* WHAT TO PRODUCE: In the material below, find the line containing "#18=DIRECTION('',(0.,1.,0.));" and the line containing "#30=CARTESIAN_POINT('',(19.05,93.6625,0.));", then reproduce exactly both of them and every line between, and nothing else.

*** SOURCE MATERIAL

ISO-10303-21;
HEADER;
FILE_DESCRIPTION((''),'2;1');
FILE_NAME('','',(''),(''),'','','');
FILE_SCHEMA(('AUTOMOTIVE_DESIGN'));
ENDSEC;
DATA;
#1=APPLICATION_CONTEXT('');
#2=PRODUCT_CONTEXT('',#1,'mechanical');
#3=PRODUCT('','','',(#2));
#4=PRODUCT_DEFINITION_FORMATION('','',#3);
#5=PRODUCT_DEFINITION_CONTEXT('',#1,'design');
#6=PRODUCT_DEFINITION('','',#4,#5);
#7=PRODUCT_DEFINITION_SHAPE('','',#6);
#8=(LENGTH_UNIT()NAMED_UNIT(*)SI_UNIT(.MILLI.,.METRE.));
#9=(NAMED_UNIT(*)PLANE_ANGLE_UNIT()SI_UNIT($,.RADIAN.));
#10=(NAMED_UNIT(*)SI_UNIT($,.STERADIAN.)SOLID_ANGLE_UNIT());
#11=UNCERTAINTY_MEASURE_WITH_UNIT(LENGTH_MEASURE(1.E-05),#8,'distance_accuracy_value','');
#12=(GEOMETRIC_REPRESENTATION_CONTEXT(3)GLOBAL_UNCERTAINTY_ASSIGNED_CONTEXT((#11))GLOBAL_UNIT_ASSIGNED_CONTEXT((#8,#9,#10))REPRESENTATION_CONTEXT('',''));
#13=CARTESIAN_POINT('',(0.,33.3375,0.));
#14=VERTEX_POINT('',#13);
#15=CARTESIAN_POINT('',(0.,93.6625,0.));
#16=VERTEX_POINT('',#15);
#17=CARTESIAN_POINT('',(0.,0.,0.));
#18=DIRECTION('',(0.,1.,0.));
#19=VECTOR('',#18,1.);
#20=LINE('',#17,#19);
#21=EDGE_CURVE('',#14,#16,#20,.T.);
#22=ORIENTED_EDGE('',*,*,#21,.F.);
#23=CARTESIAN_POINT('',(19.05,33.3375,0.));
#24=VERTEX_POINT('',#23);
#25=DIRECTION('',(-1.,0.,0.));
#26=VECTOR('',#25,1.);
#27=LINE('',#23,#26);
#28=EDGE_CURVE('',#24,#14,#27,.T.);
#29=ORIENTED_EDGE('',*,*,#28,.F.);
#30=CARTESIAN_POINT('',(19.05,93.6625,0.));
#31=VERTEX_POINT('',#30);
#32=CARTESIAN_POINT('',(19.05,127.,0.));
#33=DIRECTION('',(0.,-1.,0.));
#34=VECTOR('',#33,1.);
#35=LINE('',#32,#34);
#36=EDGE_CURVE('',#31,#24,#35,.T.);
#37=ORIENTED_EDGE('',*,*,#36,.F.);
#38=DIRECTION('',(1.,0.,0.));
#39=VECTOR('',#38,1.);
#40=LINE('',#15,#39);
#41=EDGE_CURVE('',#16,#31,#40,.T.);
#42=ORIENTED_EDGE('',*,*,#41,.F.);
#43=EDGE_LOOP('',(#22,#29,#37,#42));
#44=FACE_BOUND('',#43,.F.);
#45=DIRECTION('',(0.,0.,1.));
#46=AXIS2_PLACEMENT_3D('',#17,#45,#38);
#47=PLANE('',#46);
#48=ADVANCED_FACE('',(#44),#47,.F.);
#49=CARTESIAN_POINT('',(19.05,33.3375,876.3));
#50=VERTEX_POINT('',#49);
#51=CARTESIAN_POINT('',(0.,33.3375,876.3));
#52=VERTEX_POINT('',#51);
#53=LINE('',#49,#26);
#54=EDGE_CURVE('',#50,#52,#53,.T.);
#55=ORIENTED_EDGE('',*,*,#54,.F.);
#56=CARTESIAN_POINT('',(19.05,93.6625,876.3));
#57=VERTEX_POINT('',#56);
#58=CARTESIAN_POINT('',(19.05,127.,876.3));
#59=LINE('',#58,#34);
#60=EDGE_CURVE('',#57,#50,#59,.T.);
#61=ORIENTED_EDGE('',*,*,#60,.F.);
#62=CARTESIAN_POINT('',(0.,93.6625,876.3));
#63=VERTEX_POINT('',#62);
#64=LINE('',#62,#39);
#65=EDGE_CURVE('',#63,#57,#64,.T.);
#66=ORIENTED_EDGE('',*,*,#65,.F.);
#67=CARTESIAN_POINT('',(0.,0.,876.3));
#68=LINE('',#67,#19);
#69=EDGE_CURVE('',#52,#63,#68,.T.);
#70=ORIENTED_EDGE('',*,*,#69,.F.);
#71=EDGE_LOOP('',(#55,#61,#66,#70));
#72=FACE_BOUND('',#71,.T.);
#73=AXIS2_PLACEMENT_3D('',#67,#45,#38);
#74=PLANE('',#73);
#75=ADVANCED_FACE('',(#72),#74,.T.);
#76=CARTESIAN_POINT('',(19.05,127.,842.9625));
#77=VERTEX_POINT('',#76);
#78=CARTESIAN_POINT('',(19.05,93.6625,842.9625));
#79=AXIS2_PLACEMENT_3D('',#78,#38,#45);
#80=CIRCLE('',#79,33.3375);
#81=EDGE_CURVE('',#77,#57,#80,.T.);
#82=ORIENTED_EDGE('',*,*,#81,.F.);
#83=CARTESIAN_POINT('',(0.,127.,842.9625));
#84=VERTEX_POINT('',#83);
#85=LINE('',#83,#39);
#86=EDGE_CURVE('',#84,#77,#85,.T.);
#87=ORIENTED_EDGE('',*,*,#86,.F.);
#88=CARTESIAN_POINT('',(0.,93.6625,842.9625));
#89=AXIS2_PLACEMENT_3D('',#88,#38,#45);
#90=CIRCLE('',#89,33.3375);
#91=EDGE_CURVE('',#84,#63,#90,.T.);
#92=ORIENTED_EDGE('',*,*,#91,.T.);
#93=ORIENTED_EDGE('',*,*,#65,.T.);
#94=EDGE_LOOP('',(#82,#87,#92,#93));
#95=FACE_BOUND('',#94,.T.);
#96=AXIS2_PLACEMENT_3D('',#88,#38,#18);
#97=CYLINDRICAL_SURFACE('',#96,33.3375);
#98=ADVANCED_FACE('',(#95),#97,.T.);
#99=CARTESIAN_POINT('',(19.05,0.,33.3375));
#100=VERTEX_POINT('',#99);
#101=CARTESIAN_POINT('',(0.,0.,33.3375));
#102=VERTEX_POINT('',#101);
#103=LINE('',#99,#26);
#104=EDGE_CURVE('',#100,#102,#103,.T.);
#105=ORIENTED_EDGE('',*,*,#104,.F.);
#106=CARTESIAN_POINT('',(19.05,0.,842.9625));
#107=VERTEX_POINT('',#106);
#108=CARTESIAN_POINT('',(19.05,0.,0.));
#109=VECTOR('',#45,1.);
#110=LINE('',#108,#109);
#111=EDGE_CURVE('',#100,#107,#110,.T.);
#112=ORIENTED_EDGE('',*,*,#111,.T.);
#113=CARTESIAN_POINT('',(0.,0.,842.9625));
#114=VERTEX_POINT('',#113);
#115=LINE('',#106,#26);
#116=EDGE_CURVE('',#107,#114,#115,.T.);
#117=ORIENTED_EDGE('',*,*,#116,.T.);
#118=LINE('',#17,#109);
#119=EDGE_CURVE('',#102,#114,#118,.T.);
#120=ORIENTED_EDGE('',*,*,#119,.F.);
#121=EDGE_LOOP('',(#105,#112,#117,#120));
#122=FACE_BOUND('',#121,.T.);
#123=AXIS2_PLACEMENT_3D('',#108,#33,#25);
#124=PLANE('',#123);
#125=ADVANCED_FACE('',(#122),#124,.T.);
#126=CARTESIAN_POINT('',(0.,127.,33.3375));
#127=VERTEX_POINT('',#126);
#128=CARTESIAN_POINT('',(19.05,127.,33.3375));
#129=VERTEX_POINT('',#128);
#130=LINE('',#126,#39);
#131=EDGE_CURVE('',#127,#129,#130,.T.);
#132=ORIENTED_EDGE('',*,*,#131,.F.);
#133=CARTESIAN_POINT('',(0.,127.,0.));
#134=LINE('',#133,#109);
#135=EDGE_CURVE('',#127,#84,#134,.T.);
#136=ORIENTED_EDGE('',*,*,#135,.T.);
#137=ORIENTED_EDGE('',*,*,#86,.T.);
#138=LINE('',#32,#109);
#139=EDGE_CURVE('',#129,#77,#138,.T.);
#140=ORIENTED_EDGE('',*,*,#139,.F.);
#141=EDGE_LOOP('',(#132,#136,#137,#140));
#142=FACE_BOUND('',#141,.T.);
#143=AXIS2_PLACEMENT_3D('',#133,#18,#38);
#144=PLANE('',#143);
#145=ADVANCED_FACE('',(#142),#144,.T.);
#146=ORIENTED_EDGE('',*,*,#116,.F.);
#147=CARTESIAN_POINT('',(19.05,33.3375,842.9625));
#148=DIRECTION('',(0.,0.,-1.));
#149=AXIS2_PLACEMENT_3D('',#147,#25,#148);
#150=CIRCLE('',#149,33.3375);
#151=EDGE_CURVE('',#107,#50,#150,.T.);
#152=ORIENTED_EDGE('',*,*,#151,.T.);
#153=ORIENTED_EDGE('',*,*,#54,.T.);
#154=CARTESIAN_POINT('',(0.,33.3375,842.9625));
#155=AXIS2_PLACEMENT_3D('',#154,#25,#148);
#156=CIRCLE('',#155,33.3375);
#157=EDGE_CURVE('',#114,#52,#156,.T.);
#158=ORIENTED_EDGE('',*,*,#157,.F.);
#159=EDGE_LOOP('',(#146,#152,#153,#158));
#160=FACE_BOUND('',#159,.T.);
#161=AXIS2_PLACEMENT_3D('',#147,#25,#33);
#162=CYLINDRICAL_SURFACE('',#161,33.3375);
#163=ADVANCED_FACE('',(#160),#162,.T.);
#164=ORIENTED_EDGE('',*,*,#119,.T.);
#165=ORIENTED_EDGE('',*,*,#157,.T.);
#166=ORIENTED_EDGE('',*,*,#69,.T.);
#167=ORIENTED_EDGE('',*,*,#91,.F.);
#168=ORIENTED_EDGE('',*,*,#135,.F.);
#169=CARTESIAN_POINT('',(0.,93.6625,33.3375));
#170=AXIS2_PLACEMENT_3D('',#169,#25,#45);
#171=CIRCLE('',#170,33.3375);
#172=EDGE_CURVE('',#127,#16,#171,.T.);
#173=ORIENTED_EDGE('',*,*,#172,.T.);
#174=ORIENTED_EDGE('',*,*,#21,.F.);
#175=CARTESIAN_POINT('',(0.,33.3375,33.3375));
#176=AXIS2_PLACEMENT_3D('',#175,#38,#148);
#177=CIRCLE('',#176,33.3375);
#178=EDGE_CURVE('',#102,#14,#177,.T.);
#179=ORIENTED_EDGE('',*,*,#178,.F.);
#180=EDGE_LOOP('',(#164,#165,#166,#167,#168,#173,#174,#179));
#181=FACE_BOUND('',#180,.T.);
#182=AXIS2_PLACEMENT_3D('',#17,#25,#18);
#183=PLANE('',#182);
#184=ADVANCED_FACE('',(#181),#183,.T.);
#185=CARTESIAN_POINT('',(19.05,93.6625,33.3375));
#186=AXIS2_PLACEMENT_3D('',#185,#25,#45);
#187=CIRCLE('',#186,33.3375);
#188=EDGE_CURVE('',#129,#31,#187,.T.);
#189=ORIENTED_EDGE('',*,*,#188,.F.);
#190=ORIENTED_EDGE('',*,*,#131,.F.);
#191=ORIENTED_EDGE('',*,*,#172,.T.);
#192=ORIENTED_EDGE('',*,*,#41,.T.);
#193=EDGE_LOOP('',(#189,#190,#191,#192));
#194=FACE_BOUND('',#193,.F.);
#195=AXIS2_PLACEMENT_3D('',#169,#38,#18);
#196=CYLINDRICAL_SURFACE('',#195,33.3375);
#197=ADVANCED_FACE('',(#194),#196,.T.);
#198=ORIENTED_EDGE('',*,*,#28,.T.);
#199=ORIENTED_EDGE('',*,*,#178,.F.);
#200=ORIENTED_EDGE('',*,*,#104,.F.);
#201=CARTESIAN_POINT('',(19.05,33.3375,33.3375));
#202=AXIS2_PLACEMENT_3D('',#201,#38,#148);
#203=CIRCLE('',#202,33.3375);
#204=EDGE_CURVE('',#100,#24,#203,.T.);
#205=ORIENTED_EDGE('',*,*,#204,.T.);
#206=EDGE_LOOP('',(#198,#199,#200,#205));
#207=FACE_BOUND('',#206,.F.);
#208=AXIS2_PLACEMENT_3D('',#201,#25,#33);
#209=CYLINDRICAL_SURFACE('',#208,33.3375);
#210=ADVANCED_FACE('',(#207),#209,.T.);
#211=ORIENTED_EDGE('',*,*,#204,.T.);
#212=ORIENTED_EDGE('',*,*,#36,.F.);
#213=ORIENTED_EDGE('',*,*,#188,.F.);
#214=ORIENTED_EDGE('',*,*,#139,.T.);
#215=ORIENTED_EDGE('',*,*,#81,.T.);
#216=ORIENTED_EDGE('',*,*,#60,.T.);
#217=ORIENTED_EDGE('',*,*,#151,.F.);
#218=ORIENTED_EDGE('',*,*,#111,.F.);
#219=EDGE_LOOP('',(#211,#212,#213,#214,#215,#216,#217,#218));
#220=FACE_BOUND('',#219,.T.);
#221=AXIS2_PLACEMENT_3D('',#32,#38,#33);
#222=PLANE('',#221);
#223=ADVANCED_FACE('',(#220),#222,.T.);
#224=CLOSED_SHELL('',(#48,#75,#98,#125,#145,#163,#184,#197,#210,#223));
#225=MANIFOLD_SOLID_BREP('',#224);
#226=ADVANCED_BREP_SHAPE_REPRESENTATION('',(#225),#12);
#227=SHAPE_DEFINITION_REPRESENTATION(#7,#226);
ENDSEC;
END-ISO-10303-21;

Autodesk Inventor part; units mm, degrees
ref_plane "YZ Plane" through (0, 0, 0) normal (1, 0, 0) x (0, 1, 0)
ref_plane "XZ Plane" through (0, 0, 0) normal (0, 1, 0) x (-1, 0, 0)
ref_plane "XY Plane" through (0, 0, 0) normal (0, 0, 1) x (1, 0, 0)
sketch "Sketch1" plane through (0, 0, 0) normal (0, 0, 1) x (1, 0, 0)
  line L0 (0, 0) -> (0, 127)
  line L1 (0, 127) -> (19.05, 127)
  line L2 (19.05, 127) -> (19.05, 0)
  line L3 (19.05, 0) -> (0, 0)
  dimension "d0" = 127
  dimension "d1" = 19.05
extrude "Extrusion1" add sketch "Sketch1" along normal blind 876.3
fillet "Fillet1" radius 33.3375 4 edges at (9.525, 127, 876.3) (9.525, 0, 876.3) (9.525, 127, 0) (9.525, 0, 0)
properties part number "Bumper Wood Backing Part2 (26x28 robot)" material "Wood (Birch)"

******
*** SOURCE MATERIAL

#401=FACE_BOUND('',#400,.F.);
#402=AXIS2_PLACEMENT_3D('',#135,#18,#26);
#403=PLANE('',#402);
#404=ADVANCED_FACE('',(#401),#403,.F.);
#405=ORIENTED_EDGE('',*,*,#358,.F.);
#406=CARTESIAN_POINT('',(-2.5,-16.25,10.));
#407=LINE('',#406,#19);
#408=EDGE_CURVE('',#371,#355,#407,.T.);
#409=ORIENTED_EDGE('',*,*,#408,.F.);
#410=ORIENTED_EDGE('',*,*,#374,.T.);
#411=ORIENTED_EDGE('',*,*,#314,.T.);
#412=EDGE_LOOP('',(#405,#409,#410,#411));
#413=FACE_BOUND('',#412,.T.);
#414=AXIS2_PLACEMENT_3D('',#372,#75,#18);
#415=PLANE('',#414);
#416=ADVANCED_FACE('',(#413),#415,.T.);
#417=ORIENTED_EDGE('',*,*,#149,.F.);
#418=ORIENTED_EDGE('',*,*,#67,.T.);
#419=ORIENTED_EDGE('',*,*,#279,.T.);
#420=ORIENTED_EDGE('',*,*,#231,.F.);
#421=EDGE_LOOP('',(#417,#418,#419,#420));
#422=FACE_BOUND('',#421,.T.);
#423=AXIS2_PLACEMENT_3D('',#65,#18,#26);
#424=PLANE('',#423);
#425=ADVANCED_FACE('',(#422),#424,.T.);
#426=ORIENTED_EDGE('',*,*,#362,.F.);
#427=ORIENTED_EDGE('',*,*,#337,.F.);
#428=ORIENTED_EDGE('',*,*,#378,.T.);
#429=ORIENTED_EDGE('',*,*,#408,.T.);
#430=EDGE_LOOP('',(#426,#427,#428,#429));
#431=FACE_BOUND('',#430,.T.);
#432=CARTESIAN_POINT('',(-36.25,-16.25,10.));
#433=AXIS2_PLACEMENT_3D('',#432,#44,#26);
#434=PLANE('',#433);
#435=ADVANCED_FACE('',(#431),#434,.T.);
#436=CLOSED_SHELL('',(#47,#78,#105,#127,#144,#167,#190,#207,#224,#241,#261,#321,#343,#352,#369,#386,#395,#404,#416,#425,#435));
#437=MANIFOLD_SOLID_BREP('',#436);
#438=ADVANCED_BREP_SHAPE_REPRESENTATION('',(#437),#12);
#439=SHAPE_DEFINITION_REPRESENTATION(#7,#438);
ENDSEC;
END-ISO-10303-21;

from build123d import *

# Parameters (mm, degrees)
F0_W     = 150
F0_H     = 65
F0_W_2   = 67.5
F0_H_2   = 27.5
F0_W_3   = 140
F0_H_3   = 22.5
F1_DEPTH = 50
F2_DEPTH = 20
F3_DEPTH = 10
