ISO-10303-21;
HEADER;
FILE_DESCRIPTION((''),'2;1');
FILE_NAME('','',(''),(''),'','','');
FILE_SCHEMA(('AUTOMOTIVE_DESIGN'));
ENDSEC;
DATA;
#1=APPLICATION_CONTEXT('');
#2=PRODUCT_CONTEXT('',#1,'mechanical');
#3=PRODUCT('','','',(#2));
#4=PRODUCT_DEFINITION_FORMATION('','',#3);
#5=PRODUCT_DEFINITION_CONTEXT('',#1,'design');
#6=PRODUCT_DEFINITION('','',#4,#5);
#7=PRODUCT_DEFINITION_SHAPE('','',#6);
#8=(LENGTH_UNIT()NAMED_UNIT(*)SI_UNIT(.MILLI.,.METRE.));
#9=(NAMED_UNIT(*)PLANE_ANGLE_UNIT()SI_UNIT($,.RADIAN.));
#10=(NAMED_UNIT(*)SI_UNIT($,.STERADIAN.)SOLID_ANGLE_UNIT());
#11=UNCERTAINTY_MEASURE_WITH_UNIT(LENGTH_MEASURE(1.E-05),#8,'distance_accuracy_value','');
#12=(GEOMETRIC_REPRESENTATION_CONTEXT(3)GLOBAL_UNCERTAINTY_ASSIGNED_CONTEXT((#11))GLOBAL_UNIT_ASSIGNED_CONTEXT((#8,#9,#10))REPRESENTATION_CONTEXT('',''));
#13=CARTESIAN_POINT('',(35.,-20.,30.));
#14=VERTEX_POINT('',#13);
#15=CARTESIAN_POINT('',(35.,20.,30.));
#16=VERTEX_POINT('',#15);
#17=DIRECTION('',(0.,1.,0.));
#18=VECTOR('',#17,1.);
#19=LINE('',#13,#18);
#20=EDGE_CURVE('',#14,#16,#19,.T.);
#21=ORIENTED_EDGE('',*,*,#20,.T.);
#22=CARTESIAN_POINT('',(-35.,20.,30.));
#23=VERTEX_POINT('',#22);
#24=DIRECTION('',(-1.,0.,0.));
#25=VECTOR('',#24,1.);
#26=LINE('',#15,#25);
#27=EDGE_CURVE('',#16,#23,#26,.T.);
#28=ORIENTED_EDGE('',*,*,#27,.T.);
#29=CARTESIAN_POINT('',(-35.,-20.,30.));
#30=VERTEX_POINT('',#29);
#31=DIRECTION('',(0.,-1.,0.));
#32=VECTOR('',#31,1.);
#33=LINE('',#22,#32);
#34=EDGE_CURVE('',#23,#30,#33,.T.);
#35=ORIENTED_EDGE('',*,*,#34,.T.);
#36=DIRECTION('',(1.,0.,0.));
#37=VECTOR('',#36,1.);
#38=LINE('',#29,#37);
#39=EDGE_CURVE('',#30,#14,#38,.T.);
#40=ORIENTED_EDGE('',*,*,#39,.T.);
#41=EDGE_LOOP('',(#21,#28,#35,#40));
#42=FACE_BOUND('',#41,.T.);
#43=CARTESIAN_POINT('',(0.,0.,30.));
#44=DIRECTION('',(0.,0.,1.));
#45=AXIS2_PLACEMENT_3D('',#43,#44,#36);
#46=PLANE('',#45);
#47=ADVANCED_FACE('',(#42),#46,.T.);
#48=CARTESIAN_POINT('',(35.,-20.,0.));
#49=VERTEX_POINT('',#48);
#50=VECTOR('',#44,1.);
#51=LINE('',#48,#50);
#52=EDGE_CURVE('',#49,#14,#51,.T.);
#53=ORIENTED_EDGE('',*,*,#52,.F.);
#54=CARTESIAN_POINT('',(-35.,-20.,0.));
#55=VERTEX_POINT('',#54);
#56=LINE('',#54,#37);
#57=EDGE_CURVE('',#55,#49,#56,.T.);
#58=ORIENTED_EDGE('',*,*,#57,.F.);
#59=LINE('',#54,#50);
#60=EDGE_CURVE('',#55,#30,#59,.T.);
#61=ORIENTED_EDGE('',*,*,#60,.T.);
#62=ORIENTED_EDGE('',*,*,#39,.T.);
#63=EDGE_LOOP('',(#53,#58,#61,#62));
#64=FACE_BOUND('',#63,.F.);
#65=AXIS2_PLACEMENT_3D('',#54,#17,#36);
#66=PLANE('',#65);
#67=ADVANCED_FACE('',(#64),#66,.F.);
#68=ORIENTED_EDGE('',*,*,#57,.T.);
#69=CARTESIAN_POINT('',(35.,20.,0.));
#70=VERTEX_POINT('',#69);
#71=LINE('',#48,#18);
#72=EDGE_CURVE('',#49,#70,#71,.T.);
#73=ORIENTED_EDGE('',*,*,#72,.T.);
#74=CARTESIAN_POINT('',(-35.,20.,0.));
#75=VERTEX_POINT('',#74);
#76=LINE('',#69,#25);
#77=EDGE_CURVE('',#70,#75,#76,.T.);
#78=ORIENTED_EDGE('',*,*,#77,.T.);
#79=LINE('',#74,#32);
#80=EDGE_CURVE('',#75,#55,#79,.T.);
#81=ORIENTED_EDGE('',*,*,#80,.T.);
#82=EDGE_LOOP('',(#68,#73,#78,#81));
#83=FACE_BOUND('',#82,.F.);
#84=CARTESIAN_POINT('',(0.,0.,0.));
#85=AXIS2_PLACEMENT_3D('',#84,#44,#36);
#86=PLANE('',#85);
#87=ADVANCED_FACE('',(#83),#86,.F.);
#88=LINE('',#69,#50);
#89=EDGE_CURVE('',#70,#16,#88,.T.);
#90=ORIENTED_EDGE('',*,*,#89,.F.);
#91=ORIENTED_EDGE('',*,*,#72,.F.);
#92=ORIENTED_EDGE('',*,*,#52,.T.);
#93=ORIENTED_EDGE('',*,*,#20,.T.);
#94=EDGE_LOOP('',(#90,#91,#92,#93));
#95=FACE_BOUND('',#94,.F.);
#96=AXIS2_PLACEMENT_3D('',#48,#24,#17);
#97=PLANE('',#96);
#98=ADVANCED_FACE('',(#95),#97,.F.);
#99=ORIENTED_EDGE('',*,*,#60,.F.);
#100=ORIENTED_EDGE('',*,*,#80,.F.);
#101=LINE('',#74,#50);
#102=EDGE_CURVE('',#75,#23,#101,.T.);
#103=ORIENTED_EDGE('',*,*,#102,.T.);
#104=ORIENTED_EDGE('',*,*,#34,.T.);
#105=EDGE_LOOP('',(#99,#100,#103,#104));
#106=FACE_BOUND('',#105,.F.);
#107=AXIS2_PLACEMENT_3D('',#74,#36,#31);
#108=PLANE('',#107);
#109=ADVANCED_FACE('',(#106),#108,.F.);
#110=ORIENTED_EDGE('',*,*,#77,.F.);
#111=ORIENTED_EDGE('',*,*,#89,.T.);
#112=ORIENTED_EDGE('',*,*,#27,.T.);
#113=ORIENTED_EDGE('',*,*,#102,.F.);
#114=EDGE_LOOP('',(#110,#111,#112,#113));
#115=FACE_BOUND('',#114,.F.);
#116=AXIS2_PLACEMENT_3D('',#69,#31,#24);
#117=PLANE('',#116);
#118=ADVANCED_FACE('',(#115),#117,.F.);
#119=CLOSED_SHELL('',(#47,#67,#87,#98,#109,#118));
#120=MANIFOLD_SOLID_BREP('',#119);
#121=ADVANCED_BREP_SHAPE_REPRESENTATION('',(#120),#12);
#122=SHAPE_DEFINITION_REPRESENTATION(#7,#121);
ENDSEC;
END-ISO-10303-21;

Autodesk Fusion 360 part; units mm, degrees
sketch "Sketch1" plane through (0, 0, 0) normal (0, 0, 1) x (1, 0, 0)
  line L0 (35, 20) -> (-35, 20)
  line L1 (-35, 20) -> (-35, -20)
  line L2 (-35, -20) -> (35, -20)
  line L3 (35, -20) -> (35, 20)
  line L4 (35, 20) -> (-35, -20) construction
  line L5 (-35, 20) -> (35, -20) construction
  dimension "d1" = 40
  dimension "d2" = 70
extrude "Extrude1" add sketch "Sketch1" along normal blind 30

******

* EXPECTED ANSWER:
#18=DIRECTION('',(0.,1.,0.));
#19=VECTOR('',#18,1.);
#20=LINE('',#17,#19);
#21=EDGE_CURVE('',#14,#16,#20,.T.);
#22=ORIENTED_EDGE('',*,*,#21,.F.);
#23=CARTESIAN_POINT('',(19.05,33.3375,0.));
#24=VERTEX_POINT('',#23);
#25=DIRECTION('',(-1.,0.,0.));
#26=VECTOR('',#25,1.);
#27=LINE('',#23,#26);
#28=EDGE_CURVE('',#24,#14,#27,.T.);
#29=ORIENTED_EDGE('',*,*,#28,.F.);
#30=CARTESIAN_POINT('',(19.05,93.6625,0.));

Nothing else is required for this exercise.